The answers to your questions are not simple. Let me try my best to answer, and hopefully could be of some help to you.

**1. Why is the initial point set to [1.0, 1.0]? A more general way should be random value, correct? Should we bound the random value?**

Just to be clear, the initial state is of QAOA is usually chosen as an equal superposition of all basis states, i.e.

$$

\ket{\phi_0} = (\frac{1}{2}(\ket{0} + \ket{1}))^{\otimes n},

$$

which means all possible solutions have equal probability at the beginning. Recently there is also a proposal of warm-starting QAOA where the initial state is prepared based on the classical solution for a continuous relaxation of QUBO. [1]

The vector [1.0, 1.0] you mentioned corresponds to the initial guess of the parameters $(\beta, \gamma)$, which is related to the classical optimizer. Those parameters are rotation angles in the circuit. The rotation gates are periodic function so you don't need to bound them.

The initialization of these parameter is optimal to be based on your best guess. If no prior knowledge, you are right that a common practice is to choose random values as initial parameters. There are some discussion about different strategies of parameter initialization, such as heuristic strategy to reduce optimization run time [2].

For example a good way to initialize the parameters is based on Troterized quantum annealing (TQA) protocol [3]. Another common practice is to initialize QAOA layer-wise which is also a greedy approach. [4]

**2. Why does it use COBYLA optimizer? Which optimizer do people usually use for QAOA? I tried to use different optimizers and I got different fun and x and I don't know which is better...**

`COBYLA`

stands for constrained optimization by linear approximation. It works for constrained problems where the derivative of the objective function is not known, like QAOA. During an optimization iteration, an approximating linear programming problem is solved to obtain a candidate for the optimal solution. The candidate solution is evaluated using the original objective and constraint functions, yielding a new data point in the optimization space.

`COBYLA`

is not the only choice of method. You may choose other classical optimizer. As shown in the experiment of [5], SHGO, COBYLA and BOBYQA perform much better in terms of run-time, with SHGO being the fastest. In practice,Simultaneous Perturbation Stochastic Approximation (`SPSA`

) algorithm is considered to be the best optimizer, because it deals with noise and requires less number of evaluations on the actual QPU backend. Running quantum circuit on the QPU is more expensive than classical computation resources. Spall's original paper for SPSA is the best place to learn. Implementation of SPSA

To decide which one is better, you should decide whether you are more concerned about the optimization result or the run time or your own metric. For optimization result, the expectation of the cost Hamiltonian can tell how good the result is, the smaller the better.
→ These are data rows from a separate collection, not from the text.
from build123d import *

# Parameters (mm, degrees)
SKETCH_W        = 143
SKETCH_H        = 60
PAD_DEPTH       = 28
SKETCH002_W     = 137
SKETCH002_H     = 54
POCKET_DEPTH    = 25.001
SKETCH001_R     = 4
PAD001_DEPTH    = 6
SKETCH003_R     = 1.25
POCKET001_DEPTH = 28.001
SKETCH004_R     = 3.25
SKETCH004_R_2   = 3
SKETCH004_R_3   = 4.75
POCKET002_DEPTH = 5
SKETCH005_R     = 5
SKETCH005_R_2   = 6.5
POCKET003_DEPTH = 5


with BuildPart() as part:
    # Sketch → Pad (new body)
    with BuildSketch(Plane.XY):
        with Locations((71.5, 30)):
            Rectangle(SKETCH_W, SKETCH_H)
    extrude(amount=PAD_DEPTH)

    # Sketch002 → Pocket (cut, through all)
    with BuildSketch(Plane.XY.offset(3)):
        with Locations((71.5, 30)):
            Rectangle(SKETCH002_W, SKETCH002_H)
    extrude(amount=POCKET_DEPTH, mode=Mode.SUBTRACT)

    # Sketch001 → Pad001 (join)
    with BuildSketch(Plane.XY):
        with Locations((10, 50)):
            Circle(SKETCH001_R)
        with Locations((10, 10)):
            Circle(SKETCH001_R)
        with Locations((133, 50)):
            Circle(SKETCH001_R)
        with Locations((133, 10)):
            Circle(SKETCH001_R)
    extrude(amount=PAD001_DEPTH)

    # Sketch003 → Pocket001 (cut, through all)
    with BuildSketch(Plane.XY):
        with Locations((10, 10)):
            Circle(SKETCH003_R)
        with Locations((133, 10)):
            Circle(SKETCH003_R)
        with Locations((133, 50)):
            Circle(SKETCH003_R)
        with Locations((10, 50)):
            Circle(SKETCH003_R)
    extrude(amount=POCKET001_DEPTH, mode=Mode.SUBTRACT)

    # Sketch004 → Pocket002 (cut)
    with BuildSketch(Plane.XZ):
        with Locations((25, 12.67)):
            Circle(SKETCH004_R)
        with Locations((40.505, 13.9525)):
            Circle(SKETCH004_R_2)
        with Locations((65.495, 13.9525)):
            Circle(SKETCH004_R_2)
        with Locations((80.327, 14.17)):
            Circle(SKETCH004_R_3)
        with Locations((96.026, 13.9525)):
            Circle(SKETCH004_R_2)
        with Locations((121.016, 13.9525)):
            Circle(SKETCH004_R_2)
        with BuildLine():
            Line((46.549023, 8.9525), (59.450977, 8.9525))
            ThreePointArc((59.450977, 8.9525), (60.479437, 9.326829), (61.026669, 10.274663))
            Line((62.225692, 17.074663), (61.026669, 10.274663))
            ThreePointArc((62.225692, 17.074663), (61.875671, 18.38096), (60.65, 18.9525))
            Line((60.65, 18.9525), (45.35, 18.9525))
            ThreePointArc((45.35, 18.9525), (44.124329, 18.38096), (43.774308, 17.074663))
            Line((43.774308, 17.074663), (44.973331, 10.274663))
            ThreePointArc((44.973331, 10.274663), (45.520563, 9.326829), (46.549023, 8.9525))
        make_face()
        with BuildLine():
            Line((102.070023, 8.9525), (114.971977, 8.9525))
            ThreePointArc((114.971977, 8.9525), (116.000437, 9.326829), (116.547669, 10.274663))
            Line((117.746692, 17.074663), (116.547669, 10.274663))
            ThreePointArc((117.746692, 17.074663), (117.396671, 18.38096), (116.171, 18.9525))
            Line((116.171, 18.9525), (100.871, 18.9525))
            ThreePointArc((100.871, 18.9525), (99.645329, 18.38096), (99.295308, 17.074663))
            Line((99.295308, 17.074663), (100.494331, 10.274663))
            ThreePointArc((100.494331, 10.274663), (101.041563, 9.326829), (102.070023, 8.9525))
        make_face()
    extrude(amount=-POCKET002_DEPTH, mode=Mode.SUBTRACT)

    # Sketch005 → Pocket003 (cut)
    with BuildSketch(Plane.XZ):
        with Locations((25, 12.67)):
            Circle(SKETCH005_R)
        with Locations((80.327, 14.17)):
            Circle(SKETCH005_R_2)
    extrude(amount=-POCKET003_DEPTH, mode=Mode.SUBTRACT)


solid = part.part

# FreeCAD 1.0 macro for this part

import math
import FreeCAD as App
import Part
import Sketcher
from FreeCAD import Vector
Q = App.Units.Quantity

doc = App.newDocument("Part")
body = doc.addObject("PartDesign::Body", "Body")

# Sketch on XY plane
sketch1 = body.newObject("Sketcher::SketchObject", "Sketch")
sketch1.AttachmentSupport = (doc.getObject("XY_Plane"), [""])
sketch1.MapMode = "FlatFace"
sketch1.addGeometry([
    Part.LineSegment(Vector(0, 60, 0), Vector(0, 0, 0)),
    Part.LineSegment(Vector(0, 0, 0), Vector(143, 0, 0)),
    Part.LineSegment(Vector(143, 0, 0), Vector(143, 60, 0)),
    Part.LineSegment(Vector(143, 60, 0), Vector(0, 60, 0)),
], False)
sketch1.addConstraint([
    Sketcher.Constraint("Coincident", 0, 2, 1, 1),
    Sketcher.Constraint("Coincident", 1, 2, 2, 1),
    Sketcher.Constraint("Coincident", 2, 2, 3, 1),
    Sketcher.Constraint("Coincident", 3, 2, 0, 1),
    Sketcher.Constraint("Vertical", 0),
    Sketcher.Constraint("Horizontal", 1),
    Sketcher.Constraint("Vertical", 2),
    Sketcher.Constraint("Horizontal", 3),
    Sketcher.Constraint("Coincident", 0, 2, -1, 1),
    Sketcher.Constraint("DistanceX", 1, 1, 1, 2, 143.0),
    Sketcher.Constraint("DistanceY", 0, 2, 0, 1, 60.0),
])
pad1 = body.newObject("PartDesign::Pad", "Pad")
pad1.Profile = sketch1
pad1.Length = 28

# Sketch on XY plane
sketch2 = body.newObject("Sketcher::SketchObject", "Sketch001")
sketch2.AttachmentSupport = (doc.getObject("XY_Plane"), [""])
sketch2.MapMode = "FlatFace"
sketch2.AttachmentOffset = App.Placement(Vector(0, 0, 3), App.Rotation())
sketch2.addGeometry([
    Part.LineSegment(Vector(3, 57, 0), Vector(3, 3, 0)),
    Part.LineSegment(Vector(3, 3, 0), Vector(140, 3, 0)),
    Part.LineSegment(Vector(140, 3, 0), Vector(140, 57, 0)),
    Part.LineSegment(Vector(140, 57, 0), Vector(3, 57, 0)),
], False)
sketch2.addConstraint([
    Sketcher.Constraint("Coincident", 0, 2, 1, 1),
    Sketcher.Constraint("Coincident", 1, 2, 2, 1),
    Sketcher.Constraint("Coincident", 2, 2, 3, 1),
    Sketcher.Constraint("Coincident", 3, 2, 0, 1),
    Sketcher.Constraint("Vertical", 0),
    Sketcher.Constraint("Horizontal", 1),
    Sketcher.Constraint("Vertical", 2),
    Sketcher.Constraint("Horizontal", 3),
    Sketcher.Constraint("DistanceX", 1, 1, 1, 2, 137.0),
    Sketcher.Constraint("DistanceY", 0, 2, 0, 1, 54.0),
    Sketcher.Constraint("DistanceX", -1, 1, 0, 2, 3.0),
    Sketcher.Constraint("DistanceY", -1, 1, 0, 2, 3.0),
])
pocket1 = body.newObject("PartDesign::Pocket", "Pocket")
pocket1.Profile = sketch2
pocket1.Type = "ThroughAll"
pocket1.Reversed = True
In this example, it should correspond to `fun`

in the result. In the meantime, the variance of the final result should also be considered.

**3. How can we know if we obtain good enough or optimal parameters rather than stuck in barrean plateau?**

This is a complex problem troubling researcher in the field of quantum machine learning. There is discussion about using a different initialization strategy to resolve this problem. This technique involves randomly selecting some of the initial parameter values, then choosing the remaining values so that the circuit is a sequence of shallow blocks that each evaluates to the identity [6].
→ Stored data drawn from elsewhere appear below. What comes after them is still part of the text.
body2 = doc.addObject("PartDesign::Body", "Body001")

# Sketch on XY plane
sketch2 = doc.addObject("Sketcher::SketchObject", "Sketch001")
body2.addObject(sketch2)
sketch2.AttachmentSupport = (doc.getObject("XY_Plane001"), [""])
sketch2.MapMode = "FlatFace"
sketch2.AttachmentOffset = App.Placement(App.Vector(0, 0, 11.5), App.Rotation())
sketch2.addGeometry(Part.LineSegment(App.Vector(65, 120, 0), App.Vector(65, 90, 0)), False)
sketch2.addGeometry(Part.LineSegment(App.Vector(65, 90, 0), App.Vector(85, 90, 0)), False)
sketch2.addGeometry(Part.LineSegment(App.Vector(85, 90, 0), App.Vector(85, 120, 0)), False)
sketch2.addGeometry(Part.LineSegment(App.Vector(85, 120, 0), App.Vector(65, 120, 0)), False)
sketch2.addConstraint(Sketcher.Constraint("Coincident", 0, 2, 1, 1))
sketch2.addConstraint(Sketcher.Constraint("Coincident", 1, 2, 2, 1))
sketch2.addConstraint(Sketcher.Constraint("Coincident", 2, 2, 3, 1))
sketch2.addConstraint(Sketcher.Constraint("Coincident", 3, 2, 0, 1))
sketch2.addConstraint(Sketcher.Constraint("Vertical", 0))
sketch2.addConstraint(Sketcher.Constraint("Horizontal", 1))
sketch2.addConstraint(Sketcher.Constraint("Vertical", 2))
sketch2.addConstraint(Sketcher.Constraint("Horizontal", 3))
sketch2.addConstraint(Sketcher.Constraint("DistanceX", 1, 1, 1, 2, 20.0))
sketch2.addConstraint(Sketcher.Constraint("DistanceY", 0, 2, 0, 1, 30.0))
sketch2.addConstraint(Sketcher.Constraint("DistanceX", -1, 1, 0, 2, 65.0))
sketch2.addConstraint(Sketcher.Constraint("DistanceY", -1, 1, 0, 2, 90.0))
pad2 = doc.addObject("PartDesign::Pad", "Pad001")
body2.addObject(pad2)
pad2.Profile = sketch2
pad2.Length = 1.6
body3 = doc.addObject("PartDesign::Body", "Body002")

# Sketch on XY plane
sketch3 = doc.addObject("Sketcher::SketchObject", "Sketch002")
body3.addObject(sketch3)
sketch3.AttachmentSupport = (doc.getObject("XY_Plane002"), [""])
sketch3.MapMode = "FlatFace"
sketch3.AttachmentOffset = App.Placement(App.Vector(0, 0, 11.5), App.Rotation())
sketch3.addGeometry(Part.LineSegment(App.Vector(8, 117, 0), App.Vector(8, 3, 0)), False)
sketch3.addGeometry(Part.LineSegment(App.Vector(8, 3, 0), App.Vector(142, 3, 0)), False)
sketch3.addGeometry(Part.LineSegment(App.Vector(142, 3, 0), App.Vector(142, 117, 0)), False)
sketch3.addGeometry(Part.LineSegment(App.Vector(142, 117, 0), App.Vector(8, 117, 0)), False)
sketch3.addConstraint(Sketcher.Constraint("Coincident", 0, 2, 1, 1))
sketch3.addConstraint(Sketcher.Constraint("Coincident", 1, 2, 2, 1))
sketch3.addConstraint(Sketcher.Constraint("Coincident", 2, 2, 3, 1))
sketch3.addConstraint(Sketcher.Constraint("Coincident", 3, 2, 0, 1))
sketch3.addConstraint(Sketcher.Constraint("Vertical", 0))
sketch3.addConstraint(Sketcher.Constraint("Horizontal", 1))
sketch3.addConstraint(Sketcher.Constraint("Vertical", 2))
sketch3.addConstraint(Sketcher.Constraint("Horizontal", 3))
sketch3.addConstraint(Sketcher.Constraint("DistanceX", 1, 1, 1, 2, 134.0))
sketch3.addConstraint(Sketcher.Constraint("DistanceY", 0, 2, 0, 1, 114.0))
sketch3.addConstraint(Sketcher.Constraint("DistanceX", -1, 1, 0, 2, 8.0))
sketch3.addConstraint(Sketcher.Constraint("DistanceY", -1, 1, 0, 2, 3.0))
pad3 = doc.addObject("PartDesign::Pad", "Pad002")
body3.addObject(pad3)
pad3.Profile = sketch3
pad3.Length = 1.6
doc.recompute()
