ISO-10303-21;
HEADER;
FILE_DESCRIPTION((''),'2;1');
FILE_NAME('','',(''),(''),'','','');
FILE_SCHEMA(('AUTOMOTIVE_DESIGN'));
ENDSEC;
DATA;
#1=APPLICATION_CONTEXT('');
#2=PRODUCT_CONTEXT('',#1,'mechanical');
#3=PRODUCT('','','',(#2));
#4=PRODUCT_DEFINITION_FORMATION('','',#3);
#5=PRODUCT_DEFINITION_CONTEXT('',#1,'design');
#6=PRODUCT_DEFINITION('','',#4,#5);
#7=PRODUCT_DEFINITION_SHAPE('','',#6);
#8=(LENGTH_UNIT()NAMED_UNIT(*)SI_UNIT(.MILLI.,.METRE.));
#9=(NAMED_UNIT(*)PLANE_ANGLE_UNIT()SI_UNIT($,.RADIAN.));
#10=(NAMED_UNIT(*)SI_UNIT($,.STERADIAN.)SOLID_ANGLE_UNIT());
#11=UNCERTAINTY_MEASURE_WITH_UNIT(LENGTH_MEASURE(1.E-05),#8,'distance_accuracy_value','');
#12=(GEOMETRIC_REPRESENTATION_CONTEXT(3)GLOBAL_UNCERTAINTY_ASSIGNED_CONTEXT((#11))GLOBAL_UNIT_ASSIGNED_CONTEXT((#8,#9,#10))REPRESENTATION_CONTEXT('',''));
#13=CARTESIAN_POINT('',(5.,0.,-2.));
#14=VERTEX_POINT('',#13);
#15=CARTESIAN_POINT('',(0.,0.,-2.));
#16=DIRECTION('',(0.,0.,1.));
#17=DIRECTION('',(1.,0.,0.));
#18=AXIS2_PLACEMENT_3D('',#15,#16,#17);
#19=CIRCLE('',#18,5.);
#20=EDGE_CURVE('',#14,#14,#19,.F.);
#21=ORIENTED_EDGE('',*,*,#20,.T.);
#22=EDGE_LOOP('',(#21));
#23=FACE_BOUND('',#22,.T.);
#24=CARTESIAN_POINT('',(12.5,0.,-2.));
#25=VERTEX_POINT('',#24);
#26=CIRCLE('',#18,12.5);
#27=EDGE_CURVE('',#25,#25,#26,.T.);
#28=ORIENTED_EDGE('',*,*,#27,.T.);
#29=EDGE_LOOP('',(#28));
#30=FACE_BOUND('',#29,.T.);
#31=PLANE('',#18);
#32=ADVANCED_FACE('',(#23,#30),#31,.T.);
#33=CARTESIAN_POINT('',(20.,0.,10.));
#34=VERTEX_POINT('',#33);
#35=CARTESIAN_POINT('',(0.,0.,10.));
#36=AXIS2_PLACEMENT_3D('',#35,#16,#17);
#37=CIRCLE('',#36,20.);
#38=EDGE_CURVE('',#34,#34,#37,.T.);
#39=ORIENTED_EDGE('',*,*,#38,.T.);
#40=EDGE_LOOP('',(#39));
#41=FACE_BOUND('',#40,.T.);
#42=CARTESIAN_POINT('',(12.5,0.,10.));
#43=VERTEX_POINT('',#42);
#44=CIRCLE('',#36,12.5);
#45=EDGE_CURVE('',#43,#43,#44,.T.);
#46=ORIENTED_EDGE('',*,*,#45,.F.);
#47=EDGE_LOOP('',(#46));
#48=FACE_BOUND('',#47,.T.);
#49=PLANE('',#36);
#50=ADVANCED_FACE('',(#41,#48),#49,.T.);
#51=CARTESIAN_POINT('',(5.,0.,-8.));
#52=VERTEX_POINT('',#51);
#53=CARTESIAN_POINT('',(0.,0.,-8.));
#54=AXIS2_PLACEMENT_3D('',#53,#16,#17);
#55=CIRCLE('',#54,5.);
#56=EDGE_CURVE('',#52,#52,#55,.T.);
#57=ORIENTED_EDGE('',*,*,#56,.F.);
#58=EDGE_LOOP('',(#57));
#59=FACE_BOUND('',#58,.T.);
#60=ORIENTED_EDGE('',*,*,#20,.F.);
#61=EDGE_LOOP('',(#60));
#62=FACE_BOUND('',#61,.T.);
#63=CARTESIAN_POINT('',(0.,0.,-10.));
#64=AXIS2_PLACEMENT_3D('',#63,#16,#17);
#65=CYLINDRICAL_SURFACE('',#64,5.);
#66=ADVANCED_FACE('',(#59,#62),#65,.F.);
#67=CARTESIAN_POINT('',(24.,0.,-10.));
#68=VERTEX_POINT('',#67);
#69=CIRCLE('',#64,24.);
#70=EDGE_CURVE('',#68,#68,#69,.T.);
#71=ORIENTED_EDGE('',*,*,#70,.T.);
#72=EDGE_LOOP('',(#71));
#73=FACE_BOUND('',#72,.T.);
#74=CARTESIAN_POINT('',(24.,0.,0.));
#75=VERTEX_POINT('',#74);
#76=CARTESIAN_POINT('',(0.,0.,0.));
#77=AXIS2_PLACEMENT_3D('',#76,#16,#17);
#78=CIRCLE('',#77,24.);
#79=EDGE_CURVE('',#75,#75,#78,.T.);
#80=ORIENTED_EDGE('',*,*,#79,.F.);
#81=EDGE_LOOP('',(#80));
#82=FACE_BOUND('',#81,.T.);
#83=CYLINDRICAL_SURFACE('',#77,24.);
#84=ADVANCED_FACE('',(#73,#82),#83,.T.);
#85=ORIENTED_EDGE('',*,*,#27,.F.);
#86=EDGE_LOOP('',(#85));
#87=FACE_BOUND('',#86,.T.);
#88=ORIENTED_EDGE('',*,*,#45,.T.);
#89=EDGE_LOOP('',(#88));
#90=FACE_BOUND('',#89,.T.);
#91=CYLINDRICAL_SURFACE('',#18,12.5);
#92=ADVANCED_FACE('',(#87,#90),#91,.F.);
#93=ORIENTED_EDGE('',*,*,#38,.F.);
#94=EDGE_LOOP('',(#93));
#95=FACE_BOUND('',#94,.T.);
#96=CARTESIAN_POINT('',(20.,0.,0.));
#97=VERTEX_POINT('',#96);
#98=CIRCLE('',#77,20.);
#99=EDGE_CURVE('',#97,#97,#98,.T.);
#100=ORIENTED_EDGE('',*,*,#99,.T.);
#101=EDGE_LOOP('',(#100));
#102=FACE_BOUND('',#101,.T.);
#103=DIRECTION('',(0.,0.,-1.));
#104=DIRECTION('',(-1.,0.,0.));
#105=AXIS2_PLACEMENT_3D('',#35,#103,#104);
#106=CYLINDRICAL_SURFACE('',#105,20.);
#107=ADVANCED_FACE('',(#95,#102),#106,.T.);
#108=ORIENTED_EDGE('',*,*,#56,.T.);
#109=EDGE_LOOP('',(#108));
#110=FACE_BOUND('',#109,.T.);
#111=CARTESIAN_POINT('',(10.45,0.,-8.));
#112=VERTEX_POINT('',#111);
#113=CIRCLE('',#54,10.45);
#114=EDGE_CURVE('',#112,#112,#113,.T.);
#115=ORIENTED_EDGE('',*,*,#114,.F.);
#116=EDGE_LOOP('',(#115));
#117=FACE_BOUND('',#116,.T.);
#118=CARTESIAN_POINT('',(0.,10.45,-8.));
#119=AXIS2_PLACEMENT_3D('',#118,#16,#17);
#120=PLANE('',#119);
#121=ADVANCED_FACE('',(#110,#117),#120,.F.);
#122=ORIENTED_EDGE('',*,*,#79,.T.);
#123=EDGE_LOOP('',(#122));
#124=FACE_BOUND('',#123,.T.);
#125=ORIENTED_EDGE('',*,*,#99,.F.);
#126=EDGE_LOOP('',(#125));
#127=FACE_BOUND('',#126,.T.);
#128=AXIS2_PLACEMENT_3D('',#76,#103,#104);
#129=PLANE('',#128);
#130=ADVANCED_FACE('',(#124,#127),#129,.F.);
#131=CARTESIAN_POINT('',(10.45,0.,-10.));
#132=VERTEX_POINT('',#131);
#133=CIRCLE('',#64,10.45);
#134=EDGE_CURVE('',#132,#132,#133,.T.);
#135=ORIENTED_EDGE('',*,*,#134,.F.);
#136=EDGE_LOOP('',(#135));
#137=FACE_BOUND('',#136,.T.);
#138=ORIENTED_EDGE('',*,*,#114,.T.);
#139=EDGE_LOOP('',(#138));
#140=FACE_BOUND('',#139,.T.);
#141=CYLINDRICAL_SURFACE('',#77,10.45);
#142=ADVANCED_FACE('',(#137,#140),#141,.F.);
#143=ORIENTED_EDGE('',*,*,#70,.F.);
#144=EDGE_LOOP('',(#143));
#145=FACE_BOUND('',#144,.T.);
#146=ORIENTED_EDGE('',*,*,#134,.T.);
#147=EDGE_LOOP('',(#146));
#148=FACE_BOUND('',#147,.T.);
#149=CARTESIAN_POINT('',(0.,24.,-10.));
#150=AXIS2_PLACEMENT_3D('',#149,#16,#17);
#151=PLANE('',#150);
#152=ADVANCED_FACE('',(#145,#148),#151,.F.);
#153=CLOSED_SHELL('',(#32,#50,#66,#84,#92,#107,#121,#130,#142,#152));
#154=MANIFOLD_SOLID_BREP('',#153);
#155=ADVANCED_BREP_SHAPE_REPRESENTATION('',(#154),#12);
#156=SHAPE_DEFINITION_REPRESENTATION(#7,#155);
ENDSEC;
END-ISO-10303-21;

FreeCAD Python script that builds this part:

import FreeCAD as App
import Part
import Sketcher
from FreeCAD import Vector
Q = App.Units.Quantity

doc = App.newDocument("Part")
body = doc.addObject("PartDesign::Body", "Body")

# Sketch on YZ plane
sketch1 = body.newObject("Sketcher::SketchObject", "Sketch")
sketch1.AttachmentSupport = (doc.getObject("YZ_Plane"), [""])
sketch1.MapMode = "FlatFace"
sketch1.addGeometry([
    Part.LineSegment(Vector(24, 0, 0), Vector(0, 0, 0)),  # 0
    Part.LineSegment(Vector(0, 0, 0), Vector(0, -8, 0)),  # 1
    Part.LineSegment(Vector(0, -8, 0), Vector(10.4, -8, 0)),  # 2
    Part.LineSegment(Vector(10.4, -8, 0), Vector(10.4, -10, 0)),  # 3
    Part.LineSegment(Vector(10.4, -10, 0), Vector(24, -10, 0)),  # 4
    Part.LineSegment(Vector(24, -10, 0), Vector(24, 0, 0)),  # 5
], False)
sketch1.addConstraint([
    Sketcher.Constraint("Coincident", 0, 2, 1, 1),
    Sketcher.Constraint("Coincident", 1, 2, 2, 1),
    Sketcher.Constraint("Coincident", 2, 2, 3, 1),
    Sketcher.Constraint("Coincident", 3, 2, 4, 1),
    Sketcher.Constraint("Coincident", 4, 2, 5, 1),
    Sketcher.Constraint("Coincident", 5, 2, 0, 1),
    Sketcher.Constraint("Horizontal", 0),
    Sketcher.Constraint("Vertical", 1),
    Sketcher.Constraint("Horizontal", 2),
    Sketcher.Constraint("Vertical", 3),
    Sketcher.Constraint("Horizontal", 4),
    Sketcher.Constraint("Vertical", 5),
    Sketcher.Constraint("Coincident", 0, 2, -1, 1),
    Sketcher.Constraint("DistanceX", 0, 2, 0, 1, Q("24 mm")),
    Sketcher.Constraint("DistanceY", 1, 2, 1, 1, Q("8 mm")),
    Sketcher.Constraint("DistanceY", 3, 2, 3, 1, Q("2 mm")),
    Sketcher.Constraint("DistanceX", 2, 1, 2, 2, Q("10.45 mm")),
])
revolution = body.newObject("PartDesign::Revolution", "Revolution")
revolution.Profile = sketch1
revolution.ReferenceAxis = (sketch1, ["V_Axis"])
revolution.Angle = 360

# Sketch on XY plane
sketch2 = body.newObject("Sketcher::SketchObject", "Sketch001")
sketch2.AttachmentSupport = (doc.getObject("XY_Plane"), [""])
sketch2.MapMode = "FlatFace"
sketch2.addGeometry(Part.Circle(Vector(0, 0, 0), Vector(0, 0, 1), 20), False)
sketch2.addConstraint([
    Sketcher.Constraint("Coincident", 0, 3, -1, 1),
    Sketcher.Constraint("Diameter", 0, Q("40 mm")),
])
pad1 = body.newObject("PartDesign::Pad", "Pad")
pad1.Profile = sketch2
pad1.Length = 10

# Sketch on XY plane
sketch3 = body.newObject("Sketcher::SketchObject", "Sketch002")
sketch3.AttachmentSupport = (doc.getObject("XY_Plane"), [""])
sketch3.MapMode = "FlatFace"
sketch3.AttachmentOffset = App.Placement(Vector(0, 0, 10), App.Rotation())
sketch3.addGeometry(Part.Circle(Vector(0, 0, 0), Vector(0, 0, 1), 5), False)
sketch3.addConstraint([
    Sketcher.Constraint("Coincident", 0, 3, -1, 1),
    Sketcher.Constraint("Diameter", 0, Q("10 mm")),
])
pocket1 = body.newObject("PartDesign::Pocket", "Pocket")
pocket1.Profile = sketch3
pocket1.Type = "ThroughAll"

# Sketch on XY plane
sketch4 = body.newObject("Sketcher::SketchObject", "Sketch003")
sketch4.AttachmentSupport = (doc.getObject("XY_Plane"), [""])
sketch4.MapMode = "FlatFace"
sketch4.AttachmentOffset = App.Placement(Vector(0, 0, 10), App.Rotation())
sketch4.addGeometry(Part.Circle(Vector(0, 0, 0), Vector(0, 0, 1), 12), False)
sketch4.addConstraint([
    Sketcher.Constraint("Coincident", 0, 3, -1, 1),
    Sketcher.Constraint("Diameter", 0, Q("25 mm")),
])
pocket2 = body.newObject("PartDesign::Pocket", "Pocket001")
pocket2.Profile = sketch4
pocket2.Length = 12

doc.recompute()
**4. In get_expectation , it uses qasm_simulator. If we use statevectore_simulator, will the result be better since it doesn't include any sampling error?**

Since `statevector_similator`

gives ideal results of a measurement, namely abs square of the amplitudes, using `statevector_simulator`

will be more "accurate" in the sense that it does not have any noise.

Here is a good post discussing the difference between `qasm_simulator`

and `statevector_simulator`

: entangledquery.com/t/what-is-the-difference-between-the-statevector-simulator-and-qasm-simulator-in-qiskit/11/#post-58

**Reference**

[1] Daniel J. Egger, Jakub Mareček, and Stefan Woerner, Warm-starting quantum optimization

[2] Zhou, Leo, et al. "Quantum approximate optimization algorithm: Performance, mechanism, and implementation on near-term devices." Physical Review X 10.2 (2020): 021067.

[3] Stefan H. Sack and Maksym Serbyn,Quantum annealing initialization of the quantum approximate optimization algorithm

[4] Training Saturation in Layerwise Quantum Approximate Optimisation

[5] Mesman, Koen, Zaid Al-Ars, and Matthias Möller. "QPack: Quantum Approximate Optimization Algorithms as universal benchmark for quantum computers." arXiv preprint arXiv:2103.17193 (2021).

[6] Grant, Edward, et al. "An initialization strategy for addressing barren plateaus in parametrized quantum circuits." Quantum 3 (2019): 214.